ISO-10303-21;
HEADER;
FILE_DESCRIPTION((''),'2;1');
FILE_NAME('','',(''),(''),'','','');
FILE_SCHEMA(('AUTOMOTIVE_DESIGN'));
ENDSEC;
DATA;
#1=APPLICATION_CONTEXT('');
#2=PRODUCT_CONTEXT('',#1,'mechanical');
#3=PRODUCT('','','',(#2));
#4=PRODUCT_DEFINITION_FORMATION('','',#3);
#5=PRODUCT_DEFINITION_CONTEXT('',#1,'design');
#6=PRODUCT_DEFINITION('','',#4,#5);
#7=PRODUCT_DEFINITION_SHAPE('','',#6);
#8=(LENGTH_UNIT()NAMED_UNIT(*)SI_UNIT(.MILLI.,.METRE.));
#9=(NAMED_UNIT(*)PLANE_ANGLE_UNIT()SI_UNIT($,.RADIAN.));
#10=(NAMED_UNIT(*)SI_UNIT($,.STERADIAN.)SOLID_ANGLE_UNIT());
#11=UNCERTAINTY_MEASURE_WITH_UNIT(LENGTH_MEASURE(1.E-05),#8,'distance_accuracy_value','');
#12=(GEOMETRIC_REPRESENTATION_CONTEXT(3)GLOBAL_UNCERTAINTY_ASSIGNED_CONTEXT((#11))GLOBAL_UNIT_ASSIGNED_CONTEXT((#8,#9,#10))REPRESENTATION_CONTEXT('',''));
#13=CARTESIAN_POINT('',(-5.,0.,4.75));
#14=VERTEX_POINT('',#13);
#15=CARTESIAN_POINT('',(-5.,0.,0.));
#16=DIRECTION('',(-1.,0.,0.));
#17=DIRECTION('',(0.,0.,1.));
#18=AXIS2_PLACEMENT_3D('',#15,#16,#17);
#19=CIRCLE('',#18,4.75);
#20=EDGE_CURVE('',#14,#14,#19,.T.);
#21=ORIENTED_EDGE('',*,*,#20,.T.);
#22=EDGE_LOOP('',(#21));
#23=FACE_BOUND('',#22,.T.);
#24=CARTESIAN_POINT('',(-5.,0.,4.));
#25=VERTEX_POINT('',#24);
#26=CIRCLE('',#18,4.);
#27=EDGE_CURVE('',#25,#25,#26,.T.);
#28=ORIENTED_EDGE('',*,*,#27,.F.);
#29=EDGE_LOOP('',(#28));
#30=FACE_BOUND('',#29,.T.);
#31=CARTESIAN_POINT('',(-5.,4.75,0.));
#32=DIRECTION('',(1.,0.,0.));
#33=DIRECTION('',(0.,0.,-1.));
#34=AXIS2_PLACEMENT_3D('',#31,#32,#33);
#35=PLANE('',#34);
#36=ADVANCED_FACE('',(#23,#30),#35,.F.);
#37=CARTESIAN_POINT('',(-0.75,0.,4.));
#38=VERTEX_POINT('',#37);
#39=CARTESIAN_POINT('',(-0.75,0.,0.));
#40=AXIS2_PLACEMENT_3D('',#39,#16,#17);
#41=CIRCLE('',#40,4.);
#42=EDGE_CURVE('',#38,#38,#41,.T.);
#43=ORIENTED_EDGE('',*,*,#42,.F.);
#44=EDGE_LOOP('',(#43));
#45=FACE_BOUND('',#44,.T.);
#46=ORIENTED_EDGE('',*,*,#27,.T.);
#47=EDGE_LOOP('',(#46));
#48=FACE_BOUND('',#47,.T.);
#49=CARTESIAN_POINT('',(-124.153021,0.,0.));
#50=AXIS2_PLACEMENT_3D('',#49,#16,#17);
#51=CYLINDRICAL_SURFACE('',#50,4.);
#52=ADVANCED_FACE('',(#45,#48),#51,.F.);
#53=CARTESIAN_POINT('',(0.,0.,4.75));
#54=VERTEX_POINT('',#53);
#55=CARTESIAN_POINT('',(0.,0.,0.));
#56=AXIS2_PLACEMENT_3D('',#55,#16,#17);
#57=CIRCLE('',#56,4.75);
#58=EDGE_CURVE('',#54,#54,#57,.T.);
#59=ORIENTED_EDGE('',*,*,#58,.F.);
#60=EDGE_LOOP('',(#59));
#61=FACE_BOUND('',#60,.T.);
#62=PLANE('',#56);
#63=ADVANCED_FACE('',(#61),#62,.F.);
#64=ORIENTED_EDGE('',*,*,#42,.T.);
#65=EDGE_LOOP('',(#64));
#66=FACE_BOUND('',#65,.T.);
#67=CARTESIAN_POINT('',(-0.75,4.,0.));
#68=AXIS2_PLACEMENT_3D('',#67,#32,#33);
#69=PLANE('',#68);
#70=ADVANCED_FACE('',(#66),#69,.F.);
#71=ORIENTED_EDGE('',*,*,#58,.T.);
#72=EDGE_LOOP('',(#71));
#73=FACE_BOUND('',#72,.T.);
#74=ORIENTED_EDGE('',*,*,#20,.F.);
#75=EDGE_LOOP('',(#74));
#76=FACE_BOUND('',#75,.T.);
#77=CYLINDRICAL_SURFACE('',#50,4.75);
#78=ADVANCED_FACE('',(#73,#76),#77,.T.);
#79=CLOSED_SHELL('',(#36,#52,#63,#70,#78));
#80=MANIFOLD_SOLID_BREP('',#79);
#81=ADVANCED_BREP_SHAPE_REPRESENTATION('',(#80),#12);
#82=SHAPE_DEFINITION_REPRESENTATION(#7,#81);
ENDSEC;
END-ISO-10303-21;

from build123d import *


with BuildPart() as part:
    # Esquisse1 → Base-Révolution (revolve)
    with BuildSketch(Plane.XY):
        Polygon((0, 0), (0, 4.75), (-5, 4.75), (-5, 4), (-0.75, 4), (-0.75, 0), align=None)
    revolve(axis=Axis((-124.153021442, 0, 0), (1, 0, 0)))


solid = part.part
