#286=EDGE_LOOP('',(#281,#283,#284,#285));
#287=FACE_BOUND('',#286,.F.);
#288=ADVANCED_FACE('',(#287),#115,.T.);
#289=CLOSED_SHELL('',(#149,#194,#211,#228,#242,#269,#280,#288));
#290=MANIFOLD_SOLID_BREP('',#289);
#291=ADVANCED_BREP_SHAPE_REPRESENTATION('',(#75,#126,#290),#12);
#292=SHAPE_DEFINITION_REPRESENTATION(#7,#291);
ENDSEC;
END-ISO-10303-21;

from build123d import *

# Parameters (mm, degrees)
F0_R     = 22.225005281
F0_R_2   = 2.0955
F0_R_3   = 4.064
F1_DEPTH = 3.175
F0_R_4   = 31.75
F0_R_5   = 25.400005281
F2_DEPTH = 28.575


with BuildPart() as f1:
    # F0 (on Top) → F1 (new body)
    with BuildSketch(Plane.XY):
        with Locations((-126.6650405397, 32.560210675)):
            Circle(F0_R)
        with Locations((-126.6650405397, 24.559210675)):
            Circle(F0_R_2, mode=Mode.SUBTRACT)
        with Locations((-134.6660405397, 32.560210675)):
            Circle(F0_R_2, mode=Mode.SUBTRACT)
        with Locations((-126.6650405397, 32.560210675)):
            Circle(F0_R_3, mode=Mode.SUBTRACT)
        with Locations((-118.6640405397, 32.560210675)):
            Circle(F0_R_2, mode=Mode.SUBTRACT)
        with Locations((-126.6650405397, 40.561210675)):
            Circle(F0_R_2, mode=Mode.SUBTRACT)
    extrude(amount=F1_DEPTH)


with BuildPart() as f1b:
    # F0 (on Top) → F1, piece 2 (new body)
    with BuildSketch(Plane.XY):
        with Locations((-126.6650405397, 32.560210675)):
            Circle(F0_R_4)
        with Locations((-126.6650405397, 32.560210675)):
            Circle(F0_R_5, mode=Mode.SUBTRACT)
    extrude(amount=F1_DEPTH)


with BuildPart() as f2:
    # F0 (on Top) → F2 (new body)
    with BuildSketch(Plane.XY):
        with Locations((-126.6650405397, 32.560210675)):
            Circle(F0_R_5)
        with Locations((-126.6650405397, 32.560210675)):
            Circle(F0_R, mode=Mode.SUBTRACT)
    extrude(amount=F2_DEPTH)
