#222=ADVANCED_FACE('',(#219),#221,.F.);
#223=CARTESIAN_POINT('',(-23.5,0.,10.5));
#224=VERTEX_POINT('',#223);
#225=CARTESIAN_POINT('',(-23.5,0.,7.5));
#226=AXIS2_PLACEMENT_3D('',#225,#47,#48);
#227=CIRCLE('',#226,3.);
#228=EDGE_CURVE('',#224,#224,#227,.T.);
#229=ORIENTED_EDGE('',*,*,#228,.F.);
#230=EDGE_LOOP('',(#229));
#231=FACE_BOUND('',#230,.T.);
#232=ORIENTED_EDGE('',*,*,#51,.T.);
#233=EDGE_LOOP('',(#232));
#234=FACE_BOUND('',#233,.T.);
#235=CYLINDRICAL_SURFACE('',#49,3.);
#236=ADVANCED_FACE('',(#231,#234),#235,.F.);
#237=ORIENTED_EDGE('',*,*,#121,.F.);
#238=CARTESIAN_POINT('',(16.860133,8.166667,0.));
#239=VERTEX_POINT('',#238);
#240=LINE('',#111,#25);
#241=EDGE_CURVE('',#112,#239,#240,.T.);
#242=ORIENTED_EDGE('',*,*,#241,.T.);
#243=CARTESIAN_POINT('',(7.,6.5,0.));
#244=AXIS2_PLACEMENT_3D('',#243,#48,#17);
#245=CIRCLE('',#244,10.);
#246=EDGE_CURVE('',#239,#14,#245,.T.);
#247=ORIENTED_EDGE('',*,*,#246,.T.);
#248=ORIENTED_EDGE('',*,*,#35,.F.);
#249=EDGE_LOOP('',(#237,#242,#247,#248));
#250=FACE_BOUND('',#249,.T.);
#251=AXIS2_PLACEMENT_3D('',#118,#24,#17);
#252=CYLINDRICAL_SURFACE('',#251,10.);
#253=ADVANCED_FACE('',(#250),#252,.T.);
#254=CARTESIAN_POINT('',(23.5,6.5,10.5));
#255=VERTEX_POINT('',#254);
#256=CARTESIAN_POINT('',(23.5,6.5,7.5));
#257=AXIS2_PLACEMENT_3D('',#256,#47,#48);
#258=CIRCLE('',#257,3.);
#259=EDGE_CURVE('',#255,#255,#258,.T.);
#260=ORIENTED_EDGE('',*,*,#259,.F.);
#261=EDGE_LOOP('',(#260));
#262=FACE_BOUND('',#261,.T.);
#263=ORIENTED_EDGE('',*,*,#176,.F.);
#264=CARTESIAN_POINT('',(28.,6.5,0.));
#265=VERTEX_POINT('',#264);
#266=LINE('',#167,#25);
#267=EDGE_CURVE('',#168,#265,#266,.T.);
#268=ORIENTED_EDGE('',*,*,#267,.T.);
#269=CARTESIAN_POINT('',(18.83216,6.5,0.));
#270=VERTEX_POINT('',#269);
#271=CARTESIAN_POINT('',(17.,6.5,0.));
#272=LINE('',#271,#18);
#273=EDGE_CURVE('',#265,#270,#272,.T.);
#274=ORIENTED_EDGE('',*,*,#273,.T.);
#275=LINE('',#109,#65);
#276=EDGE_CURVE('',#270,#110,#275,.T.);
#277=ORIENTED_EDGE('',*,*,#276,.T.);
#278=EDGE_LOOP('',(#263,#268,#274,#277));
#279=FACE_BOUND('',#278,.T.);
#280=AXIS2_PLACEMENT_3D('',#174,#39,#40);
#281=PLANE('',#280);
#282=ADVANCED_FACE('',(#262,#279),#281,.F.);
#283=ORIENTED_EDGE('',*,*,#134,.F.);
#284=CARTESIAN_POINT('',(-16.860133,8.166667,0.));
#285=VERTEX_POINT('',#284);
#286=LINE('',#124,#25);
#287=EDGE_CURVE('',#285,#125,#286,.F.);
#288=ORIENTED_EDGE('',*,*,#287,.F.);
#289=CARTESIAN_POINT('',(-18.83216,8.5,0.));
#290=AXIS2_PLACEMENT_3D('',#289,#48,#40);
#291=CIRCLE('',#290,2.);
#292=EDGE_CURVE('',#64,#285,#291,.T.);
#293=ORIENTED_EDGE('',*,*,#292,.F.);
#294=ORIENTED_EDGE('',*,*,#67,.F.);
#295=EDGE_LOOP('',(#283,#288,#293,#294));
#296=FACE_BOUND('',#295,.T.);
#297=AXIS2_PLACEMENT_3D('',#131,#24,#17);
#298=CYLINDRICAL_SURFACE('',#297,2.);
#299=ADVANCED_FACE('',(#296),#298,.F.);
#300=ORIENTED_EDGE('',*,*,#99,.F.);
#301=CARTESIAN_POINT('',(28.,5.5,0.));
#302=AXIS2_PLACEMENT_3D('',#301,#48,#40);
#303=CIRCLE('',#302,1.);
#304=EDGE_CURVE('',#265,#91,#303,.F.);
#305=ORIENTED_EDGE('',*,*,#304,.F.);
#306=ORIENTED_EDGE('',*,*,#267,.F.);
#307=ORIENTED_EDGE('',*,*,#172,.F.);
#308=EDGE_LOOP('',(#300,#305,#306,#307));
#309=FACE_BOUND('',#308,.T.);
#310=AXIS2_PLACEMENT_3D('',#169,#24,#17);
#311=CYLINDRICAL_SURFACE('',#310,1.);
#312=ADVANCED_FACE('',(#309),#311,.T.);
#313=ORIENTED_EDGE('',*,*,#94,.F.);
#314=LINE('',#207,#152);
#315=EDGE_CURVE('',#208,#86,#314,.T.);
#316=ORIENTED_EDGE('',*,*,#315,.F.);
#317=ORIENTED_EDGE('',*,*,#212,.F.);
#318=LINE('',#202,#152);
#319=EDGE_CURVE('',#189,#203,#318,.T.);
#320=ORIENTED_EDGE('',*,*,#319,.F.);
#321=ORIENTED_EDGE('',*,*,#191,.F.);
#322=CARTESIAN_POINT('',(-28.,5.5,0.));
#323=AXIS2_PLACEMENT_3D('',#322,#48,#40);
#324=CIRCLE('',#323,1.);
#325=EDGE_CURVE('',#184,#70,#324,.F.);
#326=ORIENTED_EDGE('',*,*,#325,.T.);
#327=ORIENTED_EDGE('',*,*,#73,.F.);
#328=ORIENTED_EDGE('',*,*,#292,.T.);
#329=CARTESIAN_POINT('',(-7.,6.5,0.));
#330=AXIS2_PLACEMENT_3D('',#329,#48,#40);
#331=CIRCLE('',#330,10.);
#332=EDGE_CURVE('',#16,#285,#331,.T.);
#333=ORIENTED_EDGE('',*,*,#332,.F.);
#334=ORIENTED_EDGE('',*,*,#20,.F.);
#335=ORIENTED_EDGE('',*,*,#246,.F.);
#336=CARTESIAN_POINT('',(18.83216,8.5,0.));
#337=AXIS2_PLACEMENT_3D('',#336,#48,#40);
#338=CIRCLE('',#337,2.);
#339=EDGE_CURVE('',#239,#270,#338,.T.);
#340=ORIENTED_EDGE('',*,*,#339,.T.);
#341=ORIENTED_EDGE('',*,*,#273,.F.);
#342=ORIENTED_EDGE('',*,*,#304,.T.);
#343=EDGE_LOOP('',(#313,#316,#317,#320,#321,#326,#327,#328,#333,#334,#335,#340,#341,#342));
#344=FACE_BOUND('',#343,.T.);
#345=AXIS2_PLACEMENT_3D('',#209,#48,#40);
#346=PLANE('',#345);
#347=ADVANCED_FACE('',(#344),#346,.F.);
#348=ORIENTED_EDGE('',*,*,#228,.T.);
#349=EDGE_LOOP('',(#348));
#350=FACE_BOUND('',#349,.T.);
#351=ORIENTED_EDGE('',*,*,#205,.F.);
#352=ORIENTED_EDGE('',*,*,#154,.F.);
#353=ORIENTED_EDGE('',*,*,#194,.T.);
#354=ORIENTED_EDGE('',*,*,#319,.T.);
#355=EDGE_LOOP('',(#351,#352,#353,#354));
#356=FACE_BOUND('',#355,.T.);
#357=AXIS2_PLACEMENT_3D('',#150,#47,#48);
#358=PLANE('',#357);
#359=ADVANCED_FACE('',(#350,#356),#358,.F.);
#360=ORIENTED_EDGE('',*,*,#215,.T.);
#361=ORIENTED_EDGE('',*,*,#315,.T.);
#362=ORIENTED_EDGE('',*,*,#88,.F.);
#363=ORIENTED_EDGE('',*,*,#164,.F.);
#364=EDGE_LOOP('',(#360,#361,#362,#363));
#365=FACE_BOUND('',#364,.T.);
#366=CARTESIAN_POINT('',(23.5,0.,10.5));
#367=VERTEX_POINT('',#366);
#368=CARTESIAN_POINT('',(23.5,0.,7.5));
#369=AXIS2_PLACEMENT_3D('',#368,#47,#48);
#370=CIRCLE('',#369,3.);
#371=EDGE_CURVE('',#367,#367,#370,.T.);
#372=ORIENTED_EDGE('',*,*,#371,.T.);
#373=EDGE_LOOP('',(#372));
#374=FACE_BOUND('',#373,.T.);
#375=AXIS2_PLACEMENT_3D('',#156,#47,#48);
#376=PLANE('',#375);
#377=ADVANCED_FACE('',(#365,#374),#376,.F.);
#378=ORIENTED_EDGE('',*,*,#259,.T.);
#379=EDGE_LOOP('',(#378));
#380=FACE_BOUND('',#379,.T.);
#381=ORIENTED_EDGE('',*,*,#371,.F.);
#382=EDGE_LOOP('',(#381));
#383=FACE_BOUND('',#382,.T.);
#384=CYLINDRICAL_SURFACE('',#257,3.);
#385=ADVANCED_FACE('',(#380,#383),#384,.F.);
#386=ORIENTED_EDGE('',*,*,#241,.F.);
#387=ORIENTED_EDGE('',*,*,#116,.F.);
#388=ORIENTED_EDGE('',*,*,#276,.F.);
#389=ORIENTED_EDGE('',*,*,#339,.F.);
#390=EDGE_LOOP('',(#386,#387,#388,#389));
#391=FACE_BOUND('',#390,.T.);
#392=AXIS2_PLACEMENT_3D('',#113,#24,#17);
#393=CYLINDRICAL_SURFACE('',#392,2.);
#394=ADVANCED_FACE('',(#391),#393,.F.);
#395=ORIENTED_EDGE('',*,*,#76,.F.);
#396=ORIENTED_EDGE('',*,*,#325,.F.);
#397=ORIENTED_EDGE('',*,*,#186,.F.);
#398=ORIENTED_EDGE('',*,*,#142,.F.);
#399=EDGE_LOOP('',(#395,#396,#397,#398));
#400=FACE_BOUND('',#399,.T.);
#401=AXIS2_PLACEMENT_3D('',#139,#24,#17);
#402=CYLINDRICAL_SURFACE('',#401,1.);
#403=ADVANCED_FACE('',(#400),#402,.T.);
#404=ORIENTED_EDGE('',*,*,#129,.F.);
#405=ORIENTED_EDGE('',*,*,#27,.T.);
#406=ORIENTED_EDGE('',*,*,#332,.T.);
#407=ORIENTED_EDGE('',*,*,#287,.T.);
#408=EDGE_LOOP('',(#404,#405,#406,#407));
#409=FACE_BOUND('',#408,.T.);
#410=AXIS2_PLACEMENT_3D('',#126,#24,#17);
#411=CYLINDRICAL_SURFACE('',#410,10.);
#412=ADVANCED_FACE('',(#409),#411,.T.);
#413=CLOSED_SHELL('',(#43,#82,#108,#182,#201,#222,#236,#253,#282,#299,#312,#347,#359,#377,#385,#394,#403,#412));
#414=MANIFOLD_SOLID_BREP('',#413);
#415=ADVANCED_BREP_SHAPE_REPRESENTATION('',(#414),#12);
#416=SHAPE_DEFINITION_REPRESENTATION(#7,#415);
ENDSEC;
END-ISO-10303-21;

§ **REQUIRED ACTION**
Using the data above, transcribe the lines that run from the line with "#363=ORIENTED_EDGE('',*,*,#164,.F.);" to the line with "#375=AXIS2_PLACEMENT_3D('',#156,#47,#48);", both ends kept, and output nothing else.

§ **ANSWER SECTION**
#363=ORIENTED_EDGE('',*,*,#164,.F.);
#364=EDGE_LOOP('',(#360,#361,#362,#363));
#365=FACE_BOUND('',#364,.T.);
#366=CARTESIAN_POINT('',(23.5,0.,10.5));
#367=VERTEX_POINT('',#366);
#368=CARTESIAN_POINT('',(23.5,0.,7.5));
#369=AXIS2_PLACEMENT_3D('',#368,#47,#48);
#370=CIRCLE('',#369,3.);
#371=EDGE_CURVE('',#367,#367,#370,.T.);
#372=ORIENTED_EDGE('',*,*,#371,.T.);
#373=EDGE_LOOP('',(#372));
#374=FACE_BOUND('',#373,.T.);
#375=AXIS2_PLACEMENT_3D('',#156,#47,#48);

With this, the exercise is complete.